- [Materials provided]

****

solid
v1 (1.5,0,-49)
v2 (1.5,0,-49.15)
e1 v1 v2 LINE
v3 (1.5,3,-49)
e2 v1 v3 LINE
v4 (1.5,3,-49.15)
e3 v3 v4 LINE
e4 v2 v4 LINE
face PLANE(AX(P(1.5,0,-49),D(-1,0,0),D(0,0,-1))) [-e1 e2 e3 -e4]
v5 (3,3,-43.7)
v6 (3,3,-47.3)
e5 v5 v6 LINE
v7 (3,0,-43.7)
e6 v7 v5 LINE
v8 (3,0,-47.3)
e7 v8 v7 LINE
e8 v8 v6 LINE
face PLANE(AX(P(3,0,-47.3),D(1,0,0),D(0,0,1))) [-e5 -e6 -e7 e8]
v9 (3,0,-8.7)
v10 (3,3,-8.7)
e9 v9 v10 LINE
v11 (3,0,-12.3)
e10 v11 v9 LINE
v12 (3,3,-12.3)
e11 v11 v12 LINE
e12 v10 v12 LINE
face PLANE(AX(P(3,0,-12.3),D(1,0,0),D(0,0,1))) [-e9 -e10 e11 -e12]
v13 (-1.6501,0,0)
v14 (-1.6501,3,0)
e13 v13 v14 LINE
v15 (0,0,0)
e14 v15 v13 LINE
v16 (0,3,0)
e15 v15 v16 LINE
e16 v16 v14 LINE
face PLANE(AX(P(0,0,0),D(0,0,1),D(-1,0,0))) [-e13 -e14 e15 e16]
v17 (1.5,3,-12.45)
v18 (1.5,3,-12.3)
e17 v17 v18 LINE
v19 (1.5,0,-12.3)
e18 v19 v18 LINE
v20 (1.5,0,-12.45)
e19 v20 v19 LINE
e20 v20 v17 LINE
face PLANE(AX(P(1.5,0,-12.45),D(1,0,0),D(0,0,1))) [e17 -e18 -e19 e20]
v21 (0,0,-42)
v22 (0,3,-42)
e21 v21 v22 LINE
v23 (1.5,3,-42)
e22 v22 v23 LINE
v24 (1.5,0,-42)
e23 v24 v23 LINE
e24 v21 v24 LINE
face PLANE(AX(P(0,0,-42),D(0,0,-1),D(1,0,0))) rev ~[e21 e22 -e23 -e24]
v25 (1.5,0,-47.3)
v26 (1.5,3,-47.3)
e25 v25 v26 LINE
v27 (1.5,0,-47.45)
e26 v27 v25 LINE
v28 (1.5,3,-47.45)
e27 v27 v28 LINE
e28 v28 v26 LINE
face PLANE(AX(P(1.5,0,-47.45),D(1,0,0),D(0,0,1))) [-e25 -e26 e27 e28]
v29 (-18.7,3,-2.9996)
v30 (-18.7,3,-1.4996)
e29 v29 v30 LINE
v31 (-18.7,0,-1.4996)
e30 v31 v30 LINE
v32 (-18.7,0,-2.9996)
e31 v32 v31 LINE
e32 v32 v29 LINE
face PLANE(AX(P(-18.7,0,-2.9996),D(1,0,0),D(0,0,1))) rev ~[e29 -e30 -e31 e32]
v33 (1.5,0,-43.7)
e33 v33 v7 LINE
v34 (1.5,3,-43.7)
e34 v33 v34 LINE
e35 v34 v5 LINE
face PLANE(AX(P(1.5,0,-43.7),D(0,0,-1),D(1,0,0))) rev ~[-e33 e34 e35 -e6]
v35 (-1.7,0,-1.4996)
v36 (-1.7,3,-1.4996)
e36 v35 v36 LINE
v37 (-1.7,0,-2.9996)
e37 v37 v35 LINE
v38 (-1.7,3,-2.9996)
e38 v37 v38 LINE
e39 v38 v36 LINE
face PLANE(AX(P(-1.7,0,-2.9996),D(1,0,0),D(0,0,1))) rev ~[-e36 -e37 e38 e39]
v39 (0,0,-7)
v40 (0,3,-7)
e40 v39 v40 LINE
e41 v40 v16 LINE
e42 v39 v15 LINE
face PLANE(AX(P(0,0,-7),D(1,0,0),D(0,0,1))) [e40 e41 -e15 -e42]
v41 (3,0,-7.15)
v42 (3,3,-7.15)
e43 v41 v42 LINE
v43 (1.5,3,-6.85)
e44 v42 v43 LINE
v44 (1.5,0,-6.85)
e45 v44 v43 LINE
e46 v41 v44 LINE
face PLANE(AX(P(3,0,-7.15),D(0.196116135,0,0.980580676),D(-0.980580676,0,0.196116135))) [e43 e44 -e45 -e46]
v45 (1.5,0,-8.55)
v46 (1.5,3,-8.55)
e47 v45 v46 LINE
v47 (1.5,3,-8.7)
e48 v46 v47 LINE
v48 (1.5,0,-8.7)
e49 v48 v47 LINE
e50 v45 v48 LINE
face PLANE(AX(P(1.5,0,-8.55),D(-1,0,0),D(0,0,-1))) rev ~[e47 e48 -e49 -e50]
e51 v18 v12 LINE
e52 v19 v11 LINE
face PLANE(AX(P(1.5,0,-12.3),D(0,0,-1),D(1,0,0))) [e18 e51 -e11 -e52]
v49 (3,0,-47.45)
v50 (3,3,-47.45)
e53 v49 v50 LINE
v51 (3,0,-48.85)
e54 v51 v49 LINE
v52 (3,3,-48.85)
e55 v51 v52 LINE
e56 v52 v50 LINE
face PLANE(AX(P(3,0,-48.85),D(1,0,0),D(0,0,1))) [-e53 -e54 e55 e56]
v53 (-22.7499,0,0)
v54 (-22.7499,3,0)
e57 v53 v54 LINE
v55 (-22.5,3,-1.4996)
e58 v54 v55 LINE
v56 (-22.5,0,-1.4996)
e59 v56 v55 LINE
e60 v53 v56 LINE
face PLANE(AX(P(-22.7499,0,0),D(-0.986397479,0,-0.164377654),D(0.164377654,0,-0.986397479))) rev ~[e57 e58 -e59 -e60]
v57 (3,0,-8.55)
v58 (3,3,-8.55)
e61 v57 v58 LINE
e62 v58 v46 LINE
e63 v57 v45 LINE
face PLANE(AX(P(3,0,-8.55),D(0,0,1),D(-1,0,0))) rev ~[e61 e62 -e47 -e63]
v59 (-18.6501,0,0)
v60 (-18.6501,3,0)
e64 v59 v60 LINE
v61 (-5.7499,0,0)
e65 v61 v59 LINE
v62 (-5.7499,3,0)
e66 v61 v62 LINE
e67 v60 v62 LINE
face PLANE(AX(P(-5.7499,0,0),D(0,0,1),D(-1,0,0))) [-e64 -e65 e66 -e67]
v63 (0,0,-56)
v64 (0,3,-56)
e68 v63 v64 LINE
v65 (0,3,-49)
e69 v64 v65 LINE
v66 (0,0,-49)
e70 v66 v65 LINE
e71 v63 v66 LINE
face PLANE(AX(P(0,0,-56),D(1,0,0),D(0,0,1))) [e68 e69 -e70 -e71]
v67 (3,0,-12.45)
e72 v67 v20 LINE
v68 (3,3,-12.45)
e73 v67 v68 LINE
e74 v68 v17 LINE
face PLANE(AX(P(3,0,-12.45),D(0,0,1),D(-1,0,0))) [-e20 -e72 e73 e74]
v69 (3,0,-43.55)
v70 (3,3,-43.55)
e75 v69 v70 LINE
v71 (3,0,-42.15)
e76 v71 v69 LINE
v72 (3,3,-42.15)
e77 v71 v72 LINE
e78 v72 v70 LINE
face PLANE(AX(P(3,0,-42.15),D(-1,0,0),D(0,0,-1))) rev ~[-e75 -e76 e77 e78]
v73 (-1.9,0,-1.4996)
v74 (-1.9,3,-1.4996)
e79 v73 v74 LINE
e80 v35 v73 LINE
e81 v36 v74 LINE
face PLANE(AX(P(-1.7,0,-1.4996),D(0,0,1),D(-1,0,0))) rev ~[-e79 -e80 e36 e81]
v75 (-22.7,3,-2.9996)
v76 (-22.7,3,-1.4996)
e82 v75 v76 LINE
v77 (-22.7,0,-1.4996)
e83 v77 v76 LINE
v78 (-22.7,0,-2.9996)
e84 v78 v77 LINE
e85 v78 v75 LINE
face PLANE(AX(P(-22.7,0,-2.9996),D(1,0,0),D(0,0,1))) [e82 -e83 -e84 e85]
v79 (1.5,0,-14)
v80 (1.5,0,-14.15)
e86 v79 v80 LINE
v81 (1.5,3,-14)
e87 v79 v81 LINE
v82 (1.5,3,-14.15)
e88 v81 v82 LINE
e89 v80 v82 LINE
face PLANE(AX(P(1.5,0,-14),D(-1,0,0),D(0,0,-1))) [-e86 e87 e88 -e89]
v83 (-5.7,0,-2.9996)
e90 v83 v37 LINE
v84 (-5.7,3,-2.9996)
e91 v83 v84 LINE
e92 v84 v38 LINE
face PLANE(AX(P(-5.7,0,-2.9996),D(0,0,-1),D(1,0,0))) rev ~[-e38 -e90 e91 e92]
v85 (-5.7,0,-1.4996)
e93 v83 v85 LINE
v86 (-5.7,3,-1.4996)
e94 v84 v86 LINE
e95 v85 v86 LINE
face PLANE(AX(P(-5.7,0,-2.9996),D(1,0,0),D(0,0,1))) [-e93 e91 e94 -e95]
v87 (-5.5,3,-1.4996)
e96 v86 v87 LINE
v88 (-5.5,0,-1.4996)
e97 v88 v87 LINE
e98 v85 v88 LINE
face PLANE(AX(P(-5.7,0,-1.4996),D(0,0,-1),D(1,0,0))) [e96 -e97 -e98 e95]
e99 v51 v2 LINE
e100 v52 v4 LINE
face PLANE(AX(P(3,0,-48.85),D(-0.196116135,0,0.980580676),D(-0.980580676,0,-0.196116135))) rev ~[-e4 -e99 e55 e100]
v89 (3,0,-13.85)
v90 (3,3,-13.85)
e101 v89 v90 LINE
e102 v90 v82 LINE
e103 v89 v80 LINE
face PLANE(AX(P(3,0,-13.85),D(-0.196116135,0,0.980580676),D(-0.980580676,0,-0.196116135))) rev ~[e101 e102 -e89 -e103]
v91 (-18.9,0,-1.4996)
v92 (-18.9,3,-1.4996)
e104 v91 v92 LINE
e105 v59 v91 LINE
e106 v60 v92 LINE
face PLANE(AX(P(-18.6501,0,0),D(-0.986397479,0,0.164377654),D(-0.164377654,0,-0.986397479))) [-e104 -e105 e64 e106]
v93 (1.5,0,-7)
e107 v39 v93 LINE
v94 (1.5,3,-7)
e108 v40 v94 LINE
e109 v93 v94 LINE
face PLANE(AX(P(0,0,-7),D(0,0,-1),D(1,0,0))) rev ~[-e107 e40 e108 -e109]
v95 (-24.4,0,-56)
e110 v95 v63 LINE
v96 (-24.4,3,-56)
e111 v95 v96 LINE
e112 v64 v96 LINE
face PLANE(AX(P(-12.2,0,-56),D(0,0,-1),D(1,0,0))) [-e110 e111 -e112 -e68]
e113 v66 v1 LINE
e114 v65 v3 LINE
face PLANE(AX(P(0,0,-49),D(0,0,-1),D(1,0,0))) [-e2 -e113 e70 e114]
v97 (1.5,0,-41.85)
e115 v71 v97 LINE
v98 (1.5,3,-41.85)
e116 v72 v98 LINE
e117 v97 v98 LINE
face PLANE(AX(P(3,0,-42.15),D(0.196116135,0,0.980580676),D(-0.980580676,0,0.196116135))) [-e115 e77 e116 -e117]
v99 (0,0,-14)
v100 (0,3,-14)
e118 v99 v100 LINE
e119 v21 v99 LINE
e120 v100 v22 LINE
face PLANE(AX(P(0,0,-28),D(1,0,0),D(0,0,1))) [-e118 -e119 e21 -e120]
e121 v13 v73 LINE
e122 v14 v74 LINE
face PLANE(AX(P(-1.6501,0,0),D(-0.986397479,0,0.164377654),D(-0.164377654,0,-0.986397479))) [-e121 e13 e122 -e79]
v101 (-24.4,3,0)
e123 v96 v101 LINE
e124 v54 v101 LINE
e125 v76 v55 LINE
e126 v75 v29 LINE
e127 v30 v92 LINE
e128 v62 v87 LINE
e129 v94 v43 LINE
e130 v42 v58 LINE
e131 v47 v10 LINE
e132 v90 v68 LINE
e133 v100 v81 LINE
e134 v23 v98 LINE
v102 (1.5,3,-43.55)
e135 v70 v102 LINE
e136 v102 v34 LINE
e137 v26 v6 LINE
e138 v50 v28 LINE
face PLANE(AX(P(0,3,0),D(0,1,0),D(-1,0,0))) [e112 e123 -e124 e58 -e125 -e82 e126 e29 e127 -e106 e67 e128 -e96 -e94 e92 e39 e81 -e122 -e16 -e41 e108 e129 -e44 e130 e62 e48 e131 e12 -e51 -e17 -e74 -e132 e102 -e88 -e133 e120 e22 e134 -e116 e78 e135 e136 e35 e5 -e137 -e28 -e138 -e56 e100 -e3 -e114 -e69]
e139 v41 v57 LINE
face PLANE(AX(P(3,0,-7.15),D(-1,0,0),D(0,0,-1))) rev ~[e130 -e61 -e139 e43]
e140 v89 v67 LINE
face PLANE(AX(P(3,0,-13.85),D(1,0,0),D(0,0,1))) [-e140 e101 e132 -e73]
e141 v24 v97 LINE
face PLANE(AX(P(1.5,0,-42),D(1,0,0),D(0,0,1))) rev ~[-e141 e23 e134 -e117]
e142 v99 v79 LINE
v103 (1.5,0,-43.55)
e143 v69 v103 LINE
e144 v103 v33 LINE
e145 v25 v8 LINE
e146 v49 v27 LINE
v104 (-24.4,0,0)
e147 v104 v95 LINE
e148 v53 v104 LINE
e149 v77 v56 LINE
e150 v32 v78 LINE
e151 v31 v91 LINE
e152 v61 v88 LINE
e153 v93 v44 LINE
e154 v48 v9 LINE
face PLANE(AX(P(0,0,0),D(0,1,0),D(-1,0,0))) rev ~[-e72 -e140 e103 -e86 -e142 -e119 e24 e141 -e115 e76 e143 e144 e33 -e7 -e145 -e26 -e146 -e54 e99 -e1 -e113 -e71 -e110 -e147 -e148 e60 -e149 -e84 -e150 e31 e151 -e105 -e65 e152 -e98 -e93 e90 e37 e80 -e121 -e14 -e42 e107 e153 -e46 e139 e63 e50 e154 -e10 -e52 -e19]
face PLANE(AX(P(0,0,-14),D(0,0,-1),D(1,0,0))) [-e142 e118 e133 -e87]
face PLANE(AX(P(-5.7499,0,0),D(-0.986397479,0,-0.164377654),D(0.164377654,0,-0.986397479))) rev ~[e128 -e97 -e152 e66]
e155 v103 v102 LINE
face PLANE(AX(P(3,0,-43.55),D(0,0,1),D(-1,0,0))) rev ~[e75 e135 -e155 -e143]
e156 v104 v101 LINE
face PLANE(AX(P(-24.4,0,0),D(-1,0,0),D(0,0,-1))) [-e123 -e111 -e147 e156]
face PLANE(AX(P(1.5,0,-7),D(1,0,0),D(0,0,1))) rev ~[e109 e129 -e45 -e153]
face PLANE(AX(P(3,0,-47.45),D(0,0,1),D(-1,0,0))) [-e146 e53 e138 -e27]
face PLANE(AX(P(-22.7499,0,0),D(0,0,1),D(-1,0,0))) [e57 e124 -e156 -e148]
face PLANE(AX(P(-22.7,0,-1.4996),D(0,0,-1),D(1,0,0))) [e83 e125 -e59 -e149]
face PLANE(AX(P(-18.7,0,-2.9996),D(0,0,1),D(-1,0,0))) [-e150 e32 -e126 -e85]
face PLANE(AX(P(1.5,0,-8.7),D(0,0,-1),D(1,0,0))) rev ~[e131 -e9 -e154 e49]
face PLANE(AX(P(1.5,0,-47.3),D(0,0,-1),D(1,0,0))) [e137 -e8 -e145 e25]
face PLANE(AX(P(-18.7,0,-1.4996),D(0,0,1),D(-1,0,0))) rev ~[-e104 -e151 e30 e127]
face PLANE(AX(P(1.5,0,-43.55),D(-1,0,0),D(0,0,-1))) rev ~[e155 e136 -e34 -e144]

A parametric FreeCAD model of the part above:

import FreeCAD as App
import Part
import Sketcher
from FreeCAD import Vector


def add_polygon(sketch, points):
    """Adds a closed chain of lines whose ends are joined by coincident constraints."""
    first, n = sketch.GeometryCount, len(points)
    for a, b in zip(points, points[1:] + points[:1]):
        sketch.addGeometry(Part.LineSegment(App.Vector(*a, 0), App.Vector(*b, 0)), False)
    for i in range(n):
        sketch.addConstraint(Sketcher.Constraint("Coincident", first + i, 2, first + (i + 1) % n, 1))

doc = App.newDocument("Part")
params = doc.addObject("Spreadsheet::Sheet", "Params")
for row, (alias, value) in enumerate([
    ("sketch1_width", "4 mm"),
    ("sketch1_height", "7 mm"),
    ("sketch1_height2", "56 mm"),
    ("sketch1_width2", "1.5 mm"),
    ("sketch1_width3", "24.4 mm"),
    ("pad1_length", "3 mm"),
], start=1):
    params.set(f"A{row}", alias)
    params.set(f"B{row}", "=" + value)
    params.setAlias(f"B{row}", alias)

body = doc.addObject("PartDesign::Body", "Body")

****

- [What the task requires]
Within the material above, extract exactly the lines that start at the line containing "e72 v67 v20 LINE" and stop after the line containing "e82 v75 v76 LINE", and only those.

- [Response box]
e72 v67 v20 LINE
v68 (3,3,-12.45)
e73 v67 v68 LINE
e74 v68 v17 LINE
face PLANE(AX(P(3,0,-12.45),D(0,0,1),D(-1,0,0))) [-e20 -e72 e73 e74]
v69 (3,0,-43.55)
v70 (3,3,-43.55)
e75 v69 v70 LINE
v71 (3,0,-42.15)
e76 v71 v69 LINE
v72 (3,3,-42.15)
e77 v71 v72 LINE
e78 v72 v70 LINE
face PLANE(AX(P(3,0,-42.15),D(-1,0,0),D(0,0,-1))) rev ~[-e75 -e76 e77 e78]
v73 (-1.9,0,-1.4996)
v74 (-1.9,3,-1.4996)
e79 v73 v74 LINE
e80 v35 v73 LINE
e81 v36 v74 LINE
face PLANE(AX(P(-1.7,0,-1.4996),D(0,0,1),D(-1,0,0))) rev ~[-e79 -e80 e36 e81]
v75 (-22.7,3,-2.9996)
v76 (-22.7,3,-1.4996)
e82 v75 v76 LINE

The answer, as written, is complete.